# WHAT IS REQUIRED
Please copy exactly the lines from the top of the data through the line containing "f 256 161 156", and nothing else.

# DATA PROVIDED
____________________

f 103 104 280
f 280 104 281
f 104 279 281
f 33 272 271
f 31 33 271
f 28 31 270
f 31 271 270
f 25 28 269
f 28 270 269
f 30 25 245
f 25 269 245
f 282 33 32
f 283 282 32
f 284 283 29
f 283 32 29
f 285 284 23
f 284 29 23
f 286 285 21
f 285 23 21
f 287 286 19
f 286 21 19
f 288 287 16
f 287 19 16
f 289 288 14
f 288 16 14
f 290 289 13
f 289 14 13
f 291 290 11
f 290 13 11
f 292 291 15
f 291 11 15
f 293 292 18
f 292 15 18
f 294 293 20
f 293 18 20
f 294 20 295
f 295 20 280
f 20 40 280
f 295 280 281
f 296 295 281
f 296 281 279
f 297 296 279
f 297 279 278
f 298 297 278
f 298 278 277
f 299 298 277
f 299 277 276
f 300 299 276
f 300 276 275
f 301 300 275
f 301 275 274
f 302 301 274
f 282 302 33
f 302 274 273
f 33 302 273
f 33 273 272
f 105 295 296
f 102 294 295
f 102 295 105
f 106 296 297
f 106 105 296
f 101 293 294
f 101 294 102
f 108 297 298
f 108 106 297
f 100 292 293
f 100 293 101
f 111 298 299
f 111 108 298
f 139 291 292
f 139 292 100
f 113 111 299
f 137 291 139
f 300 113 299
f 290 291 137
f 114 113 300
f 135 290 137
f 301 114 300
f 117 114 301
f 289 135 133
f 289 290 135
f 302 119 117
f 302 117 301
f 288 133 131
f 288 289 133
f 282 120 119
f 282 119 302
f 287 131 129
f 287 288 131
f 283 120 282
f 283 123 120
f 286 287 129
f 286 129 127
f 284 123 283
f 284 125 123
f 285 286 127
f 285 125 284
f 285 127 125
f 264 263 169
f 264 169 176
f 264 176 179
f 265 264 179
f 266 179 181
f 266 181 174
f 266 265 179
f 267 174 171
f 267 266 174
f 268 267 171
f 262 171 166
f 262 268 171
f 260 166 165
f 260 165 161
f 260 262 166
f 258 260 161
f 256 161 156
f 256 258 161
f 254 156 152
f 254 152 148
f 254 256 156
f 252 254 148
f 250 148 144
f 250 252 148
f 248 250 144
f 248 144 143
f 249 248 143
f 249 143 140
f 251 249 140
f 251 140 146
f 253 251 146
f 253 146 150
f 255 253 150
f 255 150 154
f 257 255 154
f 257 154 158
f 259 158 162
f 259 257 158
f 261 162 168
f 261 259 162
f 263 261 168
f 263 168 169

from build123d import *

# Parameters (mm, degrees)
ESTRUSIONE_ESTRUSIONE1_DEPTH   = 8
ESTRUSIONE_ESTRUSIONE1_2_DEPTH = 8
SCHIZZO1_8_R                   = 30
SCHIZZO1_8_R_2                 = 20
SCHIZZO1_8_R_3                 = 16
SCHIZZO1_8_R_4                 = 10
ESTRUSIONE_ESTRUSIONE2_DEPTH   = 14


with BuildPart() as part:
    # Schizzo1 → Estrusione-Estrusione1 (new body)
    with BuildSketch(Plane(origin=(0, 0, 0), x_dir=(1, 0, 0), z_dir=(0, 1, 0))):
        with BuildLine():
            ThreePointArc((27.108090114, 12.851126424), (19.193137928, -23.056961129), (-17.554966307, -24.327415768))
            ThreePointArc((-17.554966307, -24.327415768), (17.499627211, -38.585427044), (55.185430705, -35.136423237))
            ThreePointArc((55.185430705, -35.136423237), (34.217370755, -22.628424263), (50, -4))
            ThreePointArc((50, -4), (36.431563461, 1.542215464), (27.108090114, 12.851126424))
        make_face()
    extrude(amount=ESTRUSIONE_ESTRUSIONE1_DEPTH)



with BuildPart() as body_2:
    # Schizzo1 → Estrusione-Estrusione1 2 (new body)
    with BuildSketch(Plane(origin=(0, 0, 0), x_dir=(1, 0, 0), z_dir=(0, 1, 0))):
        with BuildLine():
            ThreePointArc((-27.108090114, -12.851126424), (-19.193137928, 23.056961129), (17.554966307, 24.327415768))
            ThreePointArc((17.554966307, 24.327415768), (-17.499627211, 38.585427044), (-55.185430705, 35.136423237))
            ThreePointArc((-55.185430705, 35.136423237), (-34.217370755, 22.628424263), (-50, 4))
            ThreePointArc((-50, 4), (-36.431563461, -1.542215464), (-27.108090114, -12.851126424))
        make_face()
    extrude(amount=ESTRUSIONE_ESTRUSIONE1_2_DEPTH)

____________________

# TASK SOLUTION
f 103 104 280
f 280 104 281
f 104 279 281
f 33 272 271
f 31 33 271
f 28 31 270
f 31 271 270
f 25 28 269
f 28 270 269
f 30 25 245
f 25 269 245
f 282 33 32
f 283 282 32
f 284 283 29
f 283 32 29
f 285 284 23
f 284 29 23
f 286 285 21
f 285 23 21
f 287 286 19
f 286 21 19
f 288 287 16
f 287 19 16
f 289 288 14
f 288 16 14
f 290 289 13
f 289 14 13
f 291 290 11
f 290 13 11
f 292 291 15
f 291 11 15
f 293 292 18
f 292 15 18
f 294 293 20
f 293 18 20
f 294 20 295
f 295 20 280
f 20 40 280
f 295 280 281
f 296 295 281
f 296 281 279
f 297 296 279
f 297 279 278
f 298 297 278
f 298 278 277
f 299 298 277
f 299 277 276
f 300 299 276
f 300 276 275
f 301 300 275
f 301 275 274
f 302 301 274
f 282 302 33
f 302 274 273
f 33 302 273
f 33 273 272
f 105 295 296
f 102 294 295
f 102 295 105
f 106 296 297
f 106 105 296
f 101 293 294
f 101 294 102
f 108 297 298
f 108 106 297
f 100 292 293
f 100 293 101
f 111 298 299
f 111 108 298
f 139 291 292
f 139 292 100
f 113 111 299
f 137 291 139
f 300 113 299
f 290 291 137
f 114 113 300
f 135 290 137
f 301 114 300
f 117 114 301
f 289 135 133
f 289 290 135
f 302 119 117
f 302 117 301
f 288 133 131
f 288 289 133
f 282 120 119
f 282 119 302
f 287 131 129
f 287 288 131
f 283 120 282
f 283 123 120
f 286 287 129
f 286 129 127
f 284 123 283
f 284 125 123
f 285 286 127
f 285 125 284
f 285 127 125
f 264 263 169
f 264 169 176
f 264 176 179
f 265 264 179
f 266 179 181
f 266 181 174
f 266 265 179
f 267 174 171
f 267 266 174
f 268 267 171
f 262 171 166
f 262 268 171
f 260 166 165
f 260 165 161
f 260 262 166
f 258 260 161
f 256 161 156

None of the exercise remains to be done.